Grupo na Amazônia Luta Há 40 Anos Contra Violência de Gênero

Há quase quatro décadas, na periferia de Belém (PA), o Grupo de Mulheres Brasileiras (GMB) transforma vidas femininas marcadas pela violência. Liderado por Dona Domingas Martins, de 73 anos e também sobrevivente, o movimento se tornou uma referência nacional em atualidades sobre inclusão.

A iniciativa do bairro Benguí promove autonomia, dignidade e rompe ciclos de abuso que afetam gerações, impactando diretamente a população com apoio e capacitação, além de influenciar a **política** local.

Raízes da Luta e Formação do GMB

A trajetória do GMB nasceu da própria experiência de Dona Domingas, que sofreu violência desde os oito anos. Sua fuga de um casamento abusivo e a mudança para o Benguí, na década de 1980, foram o catalisador.

No início, mobilizar as mulheres era um desafio devido à resistência de parceiros. A estratégia envolveu oferecer cursos profissionalizantes, criando um espaço seguro para debates sobre direitos e violências.

Formalizado em 1986, o grupo começou a investigar as realidades das mulheres do Benguí, identificando assédio e depressão como problemas comuns. Essa imersão fortaleceu a base de suas ações.

O Contexto Social e Econômico de Belém

A atuação do GMB se insere em um contexto de vulnerabilidade acentuada. No Pará, quase 80% das mulheres são negras, e mais da metade está na informalidade, concentrada em trabalhos precários, refletindo a **economia** regional.
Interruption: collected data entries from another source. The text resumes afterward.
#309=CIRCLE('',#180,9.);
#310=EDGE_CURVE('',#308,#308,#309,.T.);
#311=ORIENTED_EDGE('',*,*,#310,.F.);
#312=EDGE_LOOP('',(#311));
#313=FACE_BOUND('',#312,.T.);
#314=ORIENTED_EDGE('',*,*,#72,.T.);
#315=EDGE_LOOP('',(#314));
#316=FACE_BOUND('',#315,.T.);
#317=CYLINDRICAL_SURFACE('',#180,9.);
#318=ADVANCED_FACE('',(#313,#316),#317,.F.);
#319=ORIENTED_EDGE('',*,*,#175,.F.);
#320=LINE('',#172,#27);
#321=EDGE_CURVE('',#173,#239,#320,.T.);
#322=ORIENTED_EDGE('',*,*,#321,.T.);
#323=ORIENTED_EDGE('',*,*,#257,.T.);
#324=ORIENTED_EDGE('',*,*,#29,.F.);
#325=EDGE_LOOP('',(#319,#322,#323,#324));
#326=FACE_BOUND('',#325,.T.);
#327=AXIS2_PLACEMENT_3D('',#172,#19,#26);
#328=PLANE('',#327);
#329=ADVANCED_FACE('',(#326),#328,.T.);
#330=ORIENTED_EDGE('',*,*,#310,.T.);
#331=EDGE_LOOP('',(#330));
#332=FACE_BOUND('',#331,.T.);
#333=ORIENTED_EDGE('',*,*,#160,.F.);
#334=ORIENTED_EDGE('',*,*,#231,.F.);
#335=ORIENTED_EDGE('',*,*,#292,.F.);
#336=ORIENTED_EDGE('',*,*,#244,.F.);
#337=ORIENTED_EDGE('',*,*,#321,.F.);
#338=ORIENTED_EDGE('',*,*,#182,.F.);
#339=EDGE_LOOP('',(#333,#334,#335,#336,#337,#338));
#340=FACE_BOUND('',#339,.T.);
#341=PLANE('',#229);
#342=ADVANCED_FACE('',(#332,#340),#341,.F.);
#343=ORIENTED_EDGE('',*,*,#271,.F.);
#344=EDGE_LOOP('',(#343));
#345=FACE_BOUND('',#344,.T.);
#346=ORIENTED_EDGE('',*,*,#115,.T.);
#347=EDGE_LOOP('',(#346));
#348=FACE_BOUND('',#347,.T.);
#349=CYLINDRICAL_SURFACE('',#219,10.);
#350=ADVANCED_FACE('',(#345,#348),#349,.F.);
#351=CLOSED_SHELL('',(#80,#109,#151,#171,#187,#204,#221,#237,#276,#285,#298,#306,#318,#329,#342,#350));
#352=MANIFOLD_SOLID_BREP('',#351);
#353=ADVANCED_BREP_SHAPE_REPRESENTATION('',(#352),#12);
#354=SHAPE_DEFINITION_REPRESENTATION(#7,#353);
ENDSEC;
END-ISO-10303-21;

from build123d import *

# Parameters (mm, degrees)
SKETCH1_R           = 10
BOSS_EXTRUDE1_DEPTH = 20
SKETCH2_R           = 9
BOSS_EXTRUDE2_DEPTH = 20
A responsabilidade pelo sustento familiar recai sobre muitas delas; no Norte, mais de 40% dos lares são chefiados por mulheres. Mais da metade da população da Região Metropolitana de Belém vive em comunidades urbanas.

Essa realidade socioeconômica complexa sublinha a importância de iniciativas comunitárias como o GMB para promover autonomia e resistência, onde o **governo** por vezes não alcança com **decisões oficiais** adequadas.

Impacto e Programas de Empoderamento

Atualmente, o GMB foca em três pilares: saúde da mulher, combate à violência de gênero e geração de renda. O objetivo é garantir que as mulheres possam romper o ciclo da dependência e buscar sua **autonomia econômica**.

O Grupo de Trabalho Amazônico (GTA) oferece cursos profissionalizantes e incentiva a produção de artesanato, como biojoias de açaí, bolsas e camisetas, impulsionando a **economia** local.

Ter renda própria é crucial para muitas mulheres deixarem relacionamentos abusivos. Além disso, o grupo oferece rodas de conversa e atendimento psicológico gratuito com uma terapeuta voluntária, valorizando a ‘escuta coletiva’.

Uma horta comunitária com ervas medicinais está em desenvolvimento, visando distribuir produtos gratuitamente e promover a saúde natural na comunidade. São **novos desdobramentos** importantes para o bem-estar.

Articulação Nacional e Desafios Políticos

A atuação do GMB transcendeu as fronteiras do Benguí. O coletivo participa do Fórum de Mulheres da Amazônia Paraense e integra articulações nacionais, como o Fórum de Mulheres do Brasil e a Frente Feminista, fortalecendo a **política** feminista.

Essa presença em instâncias mais amplas busca evitar a fragmentação da luta feminista e fortalecer a **política** de gênero no país. A meta é que mulheres ocupem mais espaços de poder e liderança.

Apesar do avanço, Dona Domingas reconhece os desafios. A rotina exaustiva, onde muitas mulheres são ‘mãe e pai ao mesmo tempo’, dificulta a participação na vida **política**, evidenciando um **impacto para a população** que precisa de atenção.

Com quase 40 anos de história, o Grupo de Mulheres Brasileiras representa um farol de esperança e resistência na Amazônia. Sua atuação contínua é vital para enfrentar a violência de gênero e construir um futuro de mais autonomia e igualdade social.

Os **novos desdobramentos** de suas iniciativas prometem fortalecer ainda mais o **impacto para a população**, inspirando outras comunidades e influenciando **decisões oficiais** futuras que reconheçam e apoiem o trabalho de base.